One of these immune modulators, mentioned above, is called "Cytolin." It is what scientists call a 'monoclonal antibody' and it makes the killer cells less crazy -- that is, less likely to kill off all the cells near an infected cell but instead focuses just on the infected cell.

During the height of the AIDS pandemic, before the antiviral cocktails were available, activist doctors used Cytolin to rescue a few hundred patients. [Data from 188 patients treated with Cytolin for 18 months were reported to the FDA (check www.searchforacure.org). A Phase I(b)/II(a) study of Cytolin was reported at the 2002 and 2005 CROI national conferences by Donald W. Northfeld, MD.]

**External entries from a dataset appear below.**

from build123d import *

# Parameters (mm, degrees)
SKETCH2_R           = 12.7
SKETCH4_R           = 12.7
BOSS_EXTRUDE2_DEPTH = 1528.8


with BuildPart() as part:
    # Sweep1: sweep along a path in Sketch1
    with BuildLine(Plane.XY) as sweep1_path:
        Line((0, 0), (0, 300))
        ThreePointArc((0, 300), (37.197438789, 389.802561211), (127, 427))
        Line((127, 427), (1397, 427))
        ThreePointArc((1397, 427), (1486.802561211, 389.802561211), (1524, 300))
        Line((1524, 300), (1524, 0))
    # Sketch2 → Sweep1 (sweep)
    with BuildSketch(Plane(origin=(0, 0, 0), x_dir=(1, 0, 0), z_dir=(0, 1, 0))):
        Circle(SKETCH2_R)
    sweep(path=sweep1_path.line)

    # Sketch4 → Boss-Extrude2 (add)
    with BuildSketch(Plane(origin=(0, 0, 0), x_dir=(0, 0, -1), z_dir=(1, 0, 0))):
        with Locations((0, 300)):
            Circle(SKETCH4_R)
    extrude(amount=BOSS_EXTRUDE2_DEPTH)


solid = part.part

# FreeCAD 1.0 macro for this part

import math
import FreeCAD as App
import Part
import Sketcher
Q = App.Units.Quantity

doc = App.newDocument("Part")
params = doc.addObject("Spreadsheet::Sheet", "Params")
for row, (alias, value) in enumerate([
    ("sketch1_diameter", "1 in"),
    ("sketch2_radius", "5 in"),
    ("sketch2_width", "50 in"),
    ("sketch3_diameter", "1 in"),
    ("pad1_length", "1528.8 mm"),
], start=1):
    params.set(f"A{row}", alias)
    params.set(f"B{row}", "=" + value)
    params.setAlias(f"B{row}", alias)

body = doc.addObject("PartDesign::Body", "Body")

# Sketch on XZ plane
sketch1 = body.newObject("Sketcher::SketchObject", "Sketch")
sketch1.AttachmentSupport = (doc.getObject("XZ_Plane"), [""])
sketch1.MapMode = "FlatFace"
sketch1.addGeometry(Part.Circle(App.Vector(0, 0, 0), App.Vector(0, 0, 1), 12.7), False)
sketch1.addConstraint([
    Sketcher.Constraint("Coincident", 0, 3, -1, 1),
    Sketcher.Constraint("Diameter", 0, Q("1 in")),
])
sketch1.setExpression("Constraints[1]", "Params.sketch1_diameter")

# Sketch on XY plane
sketch2 = body.newObject("Sketcher::SketchObject", "Sketch001")
sketch2.AttachmentSupport = (doc.getObject("XY_Plane"), [""])
sketch2.MapMode = "FlatFace"
sketch2.addGeometry([
    Part.LineSegment(App.Vector(0, 0, 0), App.Vector(0, 300, 0)),  # 0
    Part.ArcOfCircle(Part.Circle(App.Vector(127, 300, 0), App.Vector(0, 0, 1), 127), math.radians(90), math.radians(180)),  # 1
    Part.LineSegment(App.Vector(127, 427, 0), App.Vector(1397, 427, 0)),  # 2
    Part.ArcOfCircle(Part.Circle(App.Vector(1397, 300, 0), App.Vector(0, 0, 1), 127), math.radians(0), math.radians(90)),  # 3
    Part.LineSegment(App.Vector(1524, 300, 0), App.Vector(1524, 0, 0)),  # 4
], False)
sketch2.addConstraint([
    Sketcher.Constraint("Tangent", 0, 2, 1, 2),
    Sketcher.Constraint("Tangent", 1, 1, 2, 1),
    Sketcher.Constraint("Tangent", 2, 2, 3, 2),
    Sketcher.Constraint("Tangent", 3, 1, 4, 1),
    Sketcher.Constraint("Vertical", 0),
    Sketcher.Constraint("Horizontal", 2),
    Sketcher.Constraint("Vertical", 4),
    Sketcher.Constraint("Coincident", 0, 1, -1, 1),
    Sketcher.Constraint("Equal", 1, 3),
    Sketcher.Constraint("PointOnObject", 4, 2, -1),
    Sketcher.Constraint("Radius", 1, Q("5 in")),
    Sketcher.Constraint("DistanceX", 2, 1, 2, 2, Q("50 in")),
    Sketcher.Constraint("DistanceY", 0, 1, 0, 2, 300.0),
])
sketch2.setExpression("Constraints[10]", "Params.sketch2_radius")
sketch2.setExpression("Constraints[11]", "Params.sketch2_width")
doc.recompute()

additivepipe = body.newObject("PartDesign::AdditivePipe", "AdditivePipe")
additivepipe.Profile = sketch1
additivepipe.Spine = (sketch2, ["Edge1", "Edge2", "Edge3", "Edge4", "Edge5"])

# Sketch on YZ plane
sketch3 = body.newObject("Sketcher::SketchObject", "Sketch002")
sketch3.AttachmentSupport = (doc.getObject("YZ_Plane"), [""])
sketch3.MapMode = "FlatFace"
sketch3.addGeometry(Part.Circle(App.Vector(300, 0, 0), App.Vector(0, 0, 1), 12.7), False)
sketch3.addConstraint([
    Sketcher.Constraint("PointOnObject", 0, 3, -1),
    Sketcher.Constraint("Diameter", 0, Q("1 in")),
    Sketcher.Constraint("DistanceX", -1, 1, 0, 3, 300.0),
])
sketch3.setExpression("Constraints[1]", "Params.sketch3_diameter")
pad1 = body.newObject("PartDesign::Pad", "Pad")
pad1.Profile = sketch3
pad1.setExpression("Length", "Params.pad1_length")

doc.recompute()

Cytolin -- which is given as an intravenous infusion -- is being developed by a west coast company called CytoDyn and is being studied by Eric Rosenberg, M.D., a researcher at the Massachusetts General Hospital. It is hoped that within a year we can get more information on how the medicine works on people with HIV.

For those of you who haven't already read the article:  http://www.thebody.com/content/art55284.html

The article goes into more interesting info. 
Title: Re: What is Killing Off T Helper Cells and other info
Post by: tednlou2 on February 12, 2010, 12:58:07 am
"It is actually this overkill from hyperactive CD8 cells that causes you to get AIDS, not the actual virus."

I thought this was very interesting and something I didn't know.